* **TASK GOAL**: Each line of the data below holding the word "amount" must be copied.

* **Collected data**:
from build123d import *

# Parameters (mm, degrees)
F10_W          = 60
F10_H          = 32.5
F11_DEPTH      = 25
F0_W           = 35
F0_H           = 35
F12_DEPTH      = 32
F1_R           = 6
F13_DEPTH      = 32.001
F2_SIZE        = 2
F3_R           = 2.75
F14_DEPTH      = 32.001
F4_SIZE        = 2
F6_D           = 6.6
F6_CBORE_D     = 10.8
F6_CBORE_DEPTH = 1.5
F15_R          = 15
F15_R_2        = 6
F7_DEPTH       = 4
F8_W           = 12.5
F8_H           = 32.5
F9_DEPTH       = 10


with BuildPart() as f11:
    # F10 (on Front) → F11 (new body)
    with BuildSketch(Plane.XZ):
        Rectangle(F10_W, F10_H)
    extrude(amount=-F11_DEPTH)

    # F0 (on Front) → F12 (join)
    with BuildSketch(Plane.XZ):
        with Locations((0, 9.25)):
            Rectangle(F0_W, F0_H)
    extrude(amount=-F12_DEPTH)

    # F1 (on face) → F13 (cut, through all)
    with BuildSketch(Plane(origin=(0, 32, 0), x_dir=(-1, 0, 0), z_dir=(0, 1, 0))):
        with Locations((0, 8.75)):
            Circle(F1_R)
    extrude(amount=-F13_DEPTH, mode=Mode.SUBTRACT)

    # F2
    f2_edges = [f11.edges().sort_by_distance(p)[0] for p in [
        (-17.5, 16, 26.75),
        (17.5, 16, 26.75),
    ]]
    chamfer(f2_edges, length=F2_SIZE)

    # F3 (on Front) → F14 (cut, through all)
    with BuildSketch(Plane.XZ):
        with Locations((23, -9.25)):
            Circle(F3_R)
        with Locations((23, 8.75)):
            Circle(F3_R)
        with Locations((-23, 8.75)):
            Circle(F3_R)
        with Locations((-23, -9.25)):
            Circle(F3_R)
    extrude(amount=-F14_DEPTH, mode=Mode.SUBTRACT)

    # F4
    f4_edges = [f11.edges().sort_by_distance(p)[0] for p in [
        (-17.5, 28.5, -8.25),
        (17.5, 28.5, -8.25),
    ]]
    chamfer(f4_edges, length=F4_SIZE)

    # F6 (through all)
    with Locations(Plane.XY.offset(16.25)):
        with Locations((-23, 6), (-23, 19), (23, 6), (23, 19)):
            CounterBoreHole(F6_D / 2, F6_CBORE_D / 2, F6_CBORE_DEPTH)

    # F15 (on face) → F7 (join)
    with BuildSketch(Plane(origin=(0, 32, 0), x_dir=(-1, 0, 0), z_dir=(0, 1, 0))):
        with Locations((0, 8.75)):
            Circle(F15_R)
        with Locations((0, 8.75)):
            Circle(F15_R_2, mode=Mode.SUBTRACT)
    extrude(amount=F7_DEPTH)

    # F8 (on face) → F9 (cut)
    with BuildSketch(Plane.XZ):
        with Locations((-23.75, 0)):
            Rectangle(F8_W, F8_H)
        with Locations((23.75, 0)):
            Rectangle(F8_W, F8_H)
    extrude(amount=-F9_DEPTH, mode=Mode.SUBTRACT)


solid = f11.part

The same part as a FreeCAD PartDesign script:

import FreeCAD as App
import Part
import Sketcher
Q = App.Units.Quantity


def edges_at(feature, points):
    """Names of the edges that pass closest to the given points."""
    edges = feature.Shape.Edges
    near = lambda p: min(range(len(edges)), key=lambda i: edges[i].distToShape(Part.Vertex(*p))[0])
    return sorted({f"Edge{near(p) + 1}" for p in points})


def add_polygon(sketch, points):
    """Adds a closed chain of lines whose ends are joined by coincident constraints."""
    first, n = sketch.GeometryCount, len(points)
    for a, b in zip(points, points[1:] + points[:1]):
        sketch.addGeometry(Part.LineSegment(App.Vector(*a, 0), App.Vector(*b, 0)), False)
    for i in range(n):
        sketch.addConstraint(Sketcher.Constraint("Coincident", first + i, 2, first + (i + 1) % n, 1))

doc = App.newDocument("Part")
body = doc.addObject("PartDesign::Body", "Body")

# Sketch on XZ plane
sketch1 = body.newObject("Sketcher::SketchObject", "Sketch")
sketch1.AttachmentSupport = (doc.getObject("XZ_Plane"), [""])
sketch1.MapMode = "FlatFace"
add_polygon(sketch1, [(-30, 16), (-30, -16), (30, -16), (30, 16)])  # lines 0-3
sketch1.addConstraint(Sketcher.Constraint("Vertical", 0))
sketch1.addConstraint(Sketcher.Constraint("Horizontal", 1))
sketch1.addConstraint(Sketcher.Constraint("Vertical", 2))
sketch1.addConstraint(Sketcher.Constraint("Horizontal", 3))
sketch1.addConstraint(Sketcher.Constraint("Symmetric", 0, 2, 2, 2, -1, 1))
sketch1.addConstraint(Sketcher.Constraint("DistanceX", 1, 1, 1, 2, Q("60 mm")))
sketch1.addConstraint(Sketcher.Constraint("DistanceY", 0, 2, 0, 1, Q("32.5 mm")))
pad1 = body.newObject("PartDesign::Pad", "Pad")
pad1.Profile = sketch1
pad1.Length = 25
pad1.Reversed = True

# Sketch on XZ plane
sketch2 = body.newObject("Sketcher::SketchObject", "Sketch001")
sketch2.AttachmentSupport = (doc.getObject("XZ_Plane"), [""])
sketch2.MapMode = "FlatFace"
add_polygon(sketch2, [(-18, 27), (-18, -8), (18, -8), (18, 27)])  # lines 0-3
sketch2.addConstraint(Sketcher.Constraint("Vertical", 0))
sketch2.addConstraint(Sketcher.Constraint("Horizontal", 1))
sketch2.addConstraint(Sketcher.Constraint("Vertical", 2))
sketch2.addConstraint(Sketcher.Constraint("Horizontal", 3))
sketch2.addConstraint(Sketcher.Constraint("Equal", 3, 0))
sketch2.addConstraint(Sketcher.Constraint("DistanceX", 1, 1, 1, 2, Q("35 mm")))
sketch2.addConstraint(Sketcher.Constraint("DistanceX", 0, 2, -1, 1, Q("17.5 mm")))
sketch2.addConstraint(Sketcher.Constraint("DistanceY", 0, 2, -1, 1, Q("8.25 mm")))
pad2 = body.newObject("PartDesign::Pad", "Pad001")
pad2.Profile = sketch2
pad2.Length = 32
pad2.Reversed = True

# Sketch on XZ plane
sketch3 = body.newObject("Sketcher::SketchObject", "Sketch002")
sketch3.AttachmentSupport = (doc.getObject("XZ_Plane"), [""])
sketch3.MapMode = "FlatFace"
sketch3.AttachmentOffset = App.Placement(App.Vector(0, 0, -32), App.Rotation())
sketch3.addGeometry(Part.Circle(App.Vector(0, 9, 0), App.Vector(0, 0, 1), 6), False)
sketch3.addConstraint(Sketcher.Constraint("PointOnObject", 0, 3, -2))
sketch3.addConstraint(Sketcher.Constraint("Diameter", 0, Q("12 mm")))
sketch3.addConstraint(Sketcher.Constraint("DistanceY", -1, 1, 0, 3, Q("8.75 mm")))
pocket1 = body.newObject("PartDesign::Pocket", "Pocket")
pocket1.Profile = sketch3
pocket1.Type = "ThroughAll"
pocket1.Reversed = True
doc.recompute()

chamfer = body.newObject("PartDesign::Chamfer", "Chamfer")
chamfer.Base = (pocket1, edges_at(pocket1, [(-17.5, 16, 26.75), (17.5, 16, 26.75)]))
chamfer.Size = 2

# Sketch on XZ plane
sketch4 = body.newObject("Sketcher::SketchObject", "Sketch003")
sketch4.AttachmentSupport = (doc.getObject("XZ_Plane"), [""])
sketch4.MapMode = "FlatFace"
sketch4.addGeometry(Part.Circle(App.Vector(23, -9.2, 0), App.Vector(0, 0, 1), 2.8), False)
sketch4.addGeometry(Part.Circle(App.Vector(23, 8.8, 0), App.Vector(0, 0, 1), 2.8), False)
sketch4.addGeometry(Part.Circle(App.Vector(-23, 8.8, 0), App.Vector(0, 0, 1), 2.8), False)
sketch4.addGeometry(Part.Circle(App.Vector(-23, -9.2, 0), App.Vector(0, 0, 1), 2.8), False)
sketch4.addConstraint(Sketcher.Constraint("Equal", 0, 1))
sketch4.addConstraint(Sketcher.Constraint("Equal", 1, 2))
sketch4.addConstraint(Sketcher.Constraint("Equal", 2, 3))
sketch4.addConstraint(Sketcher.Constraint("Symmetric", 1, 3, 2, 3, -2))
sketch4.addConstraint(Sketcher.Constraint("Symmetric", 0, 3, 3, 3, -2))
sketch4.addConstraint(Sketcher.Constraint("Vertical", 0, 3, 1, 3))
sketch4.addConstraint(Sketcher.Constraint("Diameter", 0, Q("5.5 mm")))
sketch4.addConstraint(Sketcher.Constraint("DistanceX", -1, 1, 0, 3, Q("23 mm")))
sketch4.addConstraint(Sketcher.Constraint("DistanceY", 0, 3, 1, 3, Q("18 mm")))
sketch4.addConstraint(Sketcher.Constraint("DistanceY", 0, 3, -1, 1, Q("9.25 mm")))
pocket2 = body.newObject("PartDesign::Pocket", "Pocket001")
pocket2.Profile = sketch4
pocket2.Type = "ThroughAll"
doc.recompute()

chamfer2 = body.newObject("PartDesign::Chamfer", "Chamfer001")
chamfer2.Base = (pocket2, edges_at(pocket2, [(-17.5, 28.5, -8.25), (17.5, 28.5, -8.25)]))
chamfer2.Size = 2

# Sketch on XY plane
sketch5 = body.newObject("Sketcher::SketchObject", "Sketch004")
sketch5.AttachmentSupport = (doc.getObject("XY_Plane"), [""])
sketch5.MapMode = "FlatFace"
sketch5.AttachmentOffset = App.Placement(App.Vector(0, 0, 16.25), App.Rotation())
sketch5.addGeometry(Part.Circle(App.Vector(-23, 6, 0), App.Vector(0, 0, 1), 3.3), False)
sketch5.addGeometry(Part.Circle(App.Vector(-23, 19, 0), App.Vector(0, 0, 1), 3.3), False)
sketch5.addGeometry(Part.Circle(App.Vector(23, 6, 0), App.Vector(0, 0, 1), 3.3), False)
sketch5.addGeometry(Part.Circle(App.Vector(23, 19, 0), App.Vector(0, 0, 1), 3.3), False)
sketch5.addConstraint(Sketcher.Constraint("Equal", 0, 1))
sketch5.addConstraint(Sketcher.Constraint("Equal", 1, 2))
sketch5.addConstraint(Sketcher.Constraint("Equal", 2, 3))
sketch5.addConstraint(Sketcher.Constraint("Symmetric", 0, 3, 2, 3, -2))
sketch5.addConstraint(Sketcher.Constraint("Symmetric", 1, 3, 3, 3, -2))
sketch5.addConstraint(Sketcher.Constraint("Vertical", 0, 3, 1, 3))
sketch5.addConstraint(Sketcher.Constraint("Diameter", 0, Q("6.6 mm")))
sketch5.addConstraint(Sketcher.Constraint("DistanceX", 0, 3, -1, 1, Q("23 mm")))
sketch5.addConstraint(Sketcher.Constraint("DistanceY", -1, 1, 0, 3, Q("6 mm")))
sketch5.addConstraint(Sketcher.Constraint("DistanceY", -1, 1, 1, 3, Q("19 mm")))
doc.recompute()
hole = body.newObject("PartDesign::Hole", "Hole")
hole.Profile = sketch5
hole.ThreadType = "None"
hole.Diameter = 6.6
hole.DepthType = "ThroughAll"
hole.HoleCutType = "Counterbore"
hole.HoleCutDiameter = 10.8
hole.HoleCutDepth = 1.5

# Sketch on XZ plane
sketch6 = body.newObject("Sketcher::SketchObject", "Sketch005")
sketch6.AttachmentSupport = (doc.getObject("XZ_Plane"), [""])
sketch6.MapMode = "FlatFace"
sketch6.AttachmentOffset = App.Placement(App.Vector(0, 0, -32), App.Rotation())
sketch6.addGeometry(Part.Circle(App.Vector(0, 9, 0), App.Vector(0, 0, 1), 15), False)
sketch6.addGeometry(Part.Circle(App.Vector(0, 9, 0), App.Vector(0, 0, 1), 6), False)
sketch6.addConstraint(Sketcher.Constraint("Coincident", 1, 3, 0, 3))
sketch6.addConstraint(Sketcher.Constraint("PointOnObject", 0, 3, -2))
sketch6.addConstraint(Sketcher.Constraint("Diameter", 0, Q("30 mm")))
sketch6.addConstraint(Sketcher.Constraint("Diameter", 1, Q("12 mm")))
sketch6.addConstraint(Sketcher.Constraint("DistanceY", -1, 1, 0, 3, Q("8.75 mm")))
pad3 = body.newObject("PartDesign::Pad", "Pad002")
pad3.Profile = sketch6
pad3.Length = 4
pad3.Reversed = True

# Sketch on XZ plane
sketch7 = body.newObject("Sketcher::SketchObject", "Sketch006")
sketch7.AttachmentSupport = (doc.getObject("XZ_Plane"), [""])
sketch7.MapMode = "FlatFace"
add_polygon(sketch7, [(-30, 16), (-30, -16), (-18, -16), (-18, 16)])  # lines 0-3
add_polygon(sketch7, [(18, 16), (18, -16), (30, -16), (30, 16)])  # lines 4-7
sketch7.addConstraint(Sketcher.Constraint("Vertical", 0))
sketch7.addConstraint(Sketcher.Constraint("Horizontal", 1))
sketch7.addConstraint(Sketcher.Constraint("Vertical", 2))
sketch7.addConstraint(Sketcher.Constraint("Horizontal", 3))
sketch7.addConstraint(Sketcher.Constraint("Vertical", 4))
sketch7.addConstraint(Sketcher.Constraint("Horizontal", 5))
sketch7.addConstraint(Sketcher.Constraint("Vertical", 6))
sketch7.addConstraint(Sketcher.Constraint("Horizontal", 7))
sketch7.addConstraint(Sketcher.Constraint("Symmetric", 2, 2, 4, 2, -1, 1))
sketch7.addConstraint(Sketcher.Constraint("Symmetric", 0, 2, 6, 2, -1, 1))
sketch7.addConstraint(Sketcher.Constraint("Horizontal", 1, 2, 4, 2))
sketch7.addConstraint(Sketcher.Constraint("DistanceX", 1, 1, 1, 2, Q("12.5 mm")))
sketch7.addConstraint(Sketcher.Constraint("DistanceY", 0, 2, 0, 1, Q("32.5 mm")))
sketch7.addConstraint(Sketcher.Constraint("DistanceX", 0, 2, -1, 1, Q("30 mm")))
pocket3 = body.newObject("PartDesign::Pocket", "Pocket002")
pocket3.Profile = sketch7
pocket3.Length = 10

doc.recompute()
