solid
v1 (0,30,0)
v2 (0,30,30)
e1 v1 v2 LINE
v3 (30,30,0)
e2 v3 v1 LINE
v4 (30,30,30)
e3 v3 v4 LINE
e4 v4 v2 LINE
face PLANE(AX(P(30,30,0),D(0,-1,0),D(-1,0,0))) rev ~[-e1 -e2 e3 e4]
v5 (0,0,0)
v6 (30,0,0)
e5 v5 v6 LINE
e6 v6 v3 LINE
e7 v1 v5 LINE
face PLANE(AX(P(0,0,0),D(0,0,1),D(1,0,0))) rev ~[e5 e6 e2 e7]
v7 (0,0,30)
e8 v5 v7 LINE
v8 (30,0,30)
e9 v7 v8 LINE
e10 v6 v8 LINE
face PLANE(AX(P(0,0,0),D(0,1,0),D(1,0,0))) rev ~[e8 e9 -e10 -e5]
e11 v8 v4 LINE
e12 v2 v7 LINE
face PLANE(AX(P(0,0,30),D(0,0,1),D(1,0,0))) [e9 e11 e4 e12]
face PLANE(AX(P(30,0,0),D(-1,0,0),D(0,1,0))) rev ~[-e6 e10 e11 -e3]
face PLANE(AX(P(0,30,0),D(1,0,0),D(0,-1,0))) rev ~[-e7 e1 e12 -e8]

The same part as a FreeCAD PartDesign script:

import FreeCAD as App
import Part
import Sketcher
from FreeCAD import Vector
Q = App.Units.Quantity


def add_polygon(sketch, points):
    """Adds a closed chain of lines whose ends are joined by coincident constraints."""
    first, n = sketch.GeometryCount, len(points)
    for a, b in zip(points, points[1:] + points[:1]):
        sketch.addGeometry(Part.LineSegment(App.Vector(*a, 0), App.Vector(*b, 0)), False)
    for i in range(n):
        sketch.addConstraint(Sketcher.Constraint("Coincident", first + i, 2, first + (i + 1) % n, 1))

doc = App.newDocument("Part")
body = doc.addObject("PartDesign::Body", "Body")

# Sketch on XY plane
sketch1 = body.newObject("Sketcher::SketchObject", "Sketch")
sketch1.AttachmentSupport = (doc.getObject("XY_Plane"), [""])
sketch1.MapMode = "FlatFace"
add_polygon(sketch1, [(0, 30), (0, 0), (30, 0), (30, 30)])  # lines 0-3
sketch1.addConstraint(Sketcher.Constraint("Vertical", 0))
sketch1.addConstraint(Sketcher.Constraint("Horizontal", 1))
sketch1.addConstraint(Sketcher.Constraint("Vertical", 2))
sketch1.addConstraint(Sketcher.Constraint("Horizontal", 3))
sketch1.addConstraint(Sketcher.Constraint("Coincident", 0, 2, -1, 1))
sketch1.addConstraint(Sketcher.Constraint("Equal", 3, 0))
sketch1.addConstraint(Sketcher.Constraint("DistanceX", 1, 1, 1, 2, Q("30 mm")))
pad1 = body.newObject("PartDesign::Pad", "Pad")
pad1.Profile = sketch1
pad1.Length = 30

doc.recompute()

* **YOUR SOLUTION**:
    extrude(amount=-F11_DEPTH)
    extrude(amount=-F12_DEPTH)
    extrude(amount=-F13_DEPTH, mode=Mode.SUBTRACT)
    extrude(amount=-F14_DEPTH, mode=Mode.SUBTRACT)
    extrude(amount=F7_DEPTH)
    extrude(amount=-F9_DEPTH, mode=Mode.SUBTRACT)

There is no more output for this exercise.